▶ _HOW TO COMPLETE THIS TASK_:
Every line of the records below that holds the word "source" belongs in the answer.

▶ _EXERCISE INPUT_:
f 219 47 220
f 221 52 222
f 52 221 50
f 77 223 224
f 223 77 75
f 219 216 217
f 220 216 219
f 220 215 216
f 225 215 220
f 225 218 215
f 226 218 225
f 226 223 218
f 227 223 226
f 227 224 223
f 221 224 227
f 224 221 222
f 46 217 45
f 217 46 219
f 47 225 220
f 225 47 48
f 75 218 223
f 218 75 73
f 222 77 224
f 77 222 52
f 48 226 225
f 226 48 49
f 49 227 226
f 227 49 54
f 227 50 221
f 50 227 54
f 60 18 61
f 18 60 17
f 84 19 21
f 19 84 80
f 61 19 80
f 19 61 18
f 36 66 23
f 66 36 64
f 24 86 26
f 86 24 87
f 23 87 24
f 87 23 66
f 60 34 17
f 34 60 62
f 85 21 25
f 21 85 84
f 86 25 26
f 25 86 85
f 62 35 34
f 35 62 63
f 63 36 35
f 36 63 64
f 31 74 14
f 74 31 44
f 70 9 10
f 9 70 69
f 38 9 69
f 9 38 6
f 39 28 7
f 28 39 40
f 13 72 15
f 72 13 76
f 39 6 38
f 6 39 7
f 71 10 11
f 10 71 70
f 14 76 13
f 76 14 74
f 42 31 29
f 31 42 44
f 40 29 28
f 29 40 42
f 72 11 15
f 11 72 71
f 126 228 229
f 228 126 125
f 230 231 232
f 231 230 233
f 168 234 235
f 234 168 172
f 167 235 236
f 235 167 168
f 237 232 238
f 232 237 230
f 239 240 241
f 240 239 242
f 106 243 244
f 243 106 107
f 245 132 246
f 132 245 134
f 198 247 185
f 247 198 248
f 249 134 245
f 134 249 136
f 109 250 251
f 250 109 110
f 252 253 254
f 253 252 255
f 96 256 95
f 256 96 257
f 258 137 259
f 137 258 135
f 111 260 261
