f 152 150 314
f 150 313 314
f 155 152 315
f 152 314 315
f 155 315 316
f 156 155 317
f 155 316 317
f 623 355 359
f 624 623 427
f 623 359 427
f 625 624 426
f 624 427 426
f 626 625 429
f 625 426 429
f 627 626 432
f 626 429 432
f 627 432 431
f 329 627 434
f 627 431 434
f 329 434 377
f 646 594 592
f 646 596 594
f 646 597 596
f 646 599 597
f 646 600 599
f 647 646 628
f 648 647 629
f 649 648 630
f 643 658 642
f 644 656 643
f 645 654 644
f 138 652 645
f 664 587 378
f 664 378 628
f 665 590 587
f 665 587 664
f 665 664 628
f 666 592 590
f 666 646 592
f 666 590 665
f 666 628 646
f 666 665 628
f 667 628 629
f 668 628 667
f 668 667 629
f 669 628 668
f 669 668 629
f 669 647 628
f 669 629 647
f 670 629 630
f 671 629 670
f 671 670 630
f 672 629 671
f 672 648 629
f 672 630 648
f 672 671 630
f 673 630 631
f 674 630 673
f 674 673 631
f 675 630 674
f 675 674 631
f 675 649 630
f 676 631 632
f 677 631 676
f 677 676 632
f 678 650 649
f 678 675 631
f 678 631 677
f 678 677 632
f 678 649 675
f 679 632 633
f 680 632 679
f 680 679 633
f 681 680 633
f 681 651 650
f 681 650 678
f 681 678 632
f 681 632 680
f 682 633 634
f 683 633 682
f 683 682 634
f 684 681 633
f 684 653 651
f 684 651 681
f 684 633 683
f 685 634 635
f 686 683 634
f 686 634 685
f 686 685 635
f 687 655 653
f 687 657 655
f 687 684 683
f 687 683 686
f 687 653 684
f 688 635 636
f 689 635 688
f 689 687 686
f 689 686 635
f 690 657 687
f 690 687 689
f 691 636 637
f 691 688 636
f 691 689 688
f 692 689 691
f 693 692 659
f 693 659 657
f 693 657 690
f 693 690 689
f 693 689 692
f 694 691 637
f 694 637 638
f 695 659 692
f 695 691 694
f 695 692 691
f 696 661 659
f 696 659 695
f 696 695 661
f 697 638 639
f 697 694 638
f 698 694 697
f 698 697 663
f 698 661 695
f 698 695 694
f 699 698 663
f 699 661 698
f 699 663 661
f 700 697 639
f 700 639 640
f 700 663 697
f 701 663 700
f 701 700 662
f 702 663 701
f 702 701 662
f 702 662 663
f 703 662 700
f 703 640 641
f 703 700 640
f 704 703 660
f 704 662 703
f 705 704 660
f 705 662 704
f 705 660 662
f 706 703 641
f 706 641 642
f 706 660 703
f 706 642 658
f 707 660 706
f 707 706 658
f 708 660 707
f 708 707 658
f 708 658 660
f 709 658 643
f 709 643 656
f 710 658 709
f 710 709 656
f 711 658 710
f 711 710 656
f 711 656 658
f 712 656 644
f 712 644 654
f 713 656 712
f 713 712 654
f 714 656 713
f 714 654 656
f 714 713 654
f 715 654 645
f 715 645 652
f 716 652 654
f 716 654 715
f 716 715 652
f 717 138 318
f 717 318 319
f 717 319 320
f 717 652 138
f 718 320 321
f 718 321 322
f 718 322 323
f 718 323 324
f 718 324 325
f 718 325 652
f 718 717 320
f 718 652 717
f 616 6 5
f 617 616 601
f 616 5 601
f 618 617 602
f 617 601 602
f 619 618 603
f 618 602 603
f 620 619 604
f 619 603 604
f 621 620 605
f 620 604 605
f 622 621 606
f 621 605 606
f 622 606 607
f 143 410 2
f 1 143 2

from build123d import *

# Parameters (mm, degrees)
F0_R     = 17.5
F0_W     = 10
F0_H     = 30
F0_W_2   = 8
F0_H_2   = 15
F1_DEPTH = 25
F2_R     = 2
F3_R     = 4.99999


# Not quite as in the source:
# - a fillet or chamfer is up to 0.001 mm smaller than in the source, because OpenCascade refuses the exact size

▶ _RESPONSE_:
# Not quite as in the source:
# - a fillet or chamfer is up to 0.001 mm smaller than in the source, because OpenCascade refuses the exact size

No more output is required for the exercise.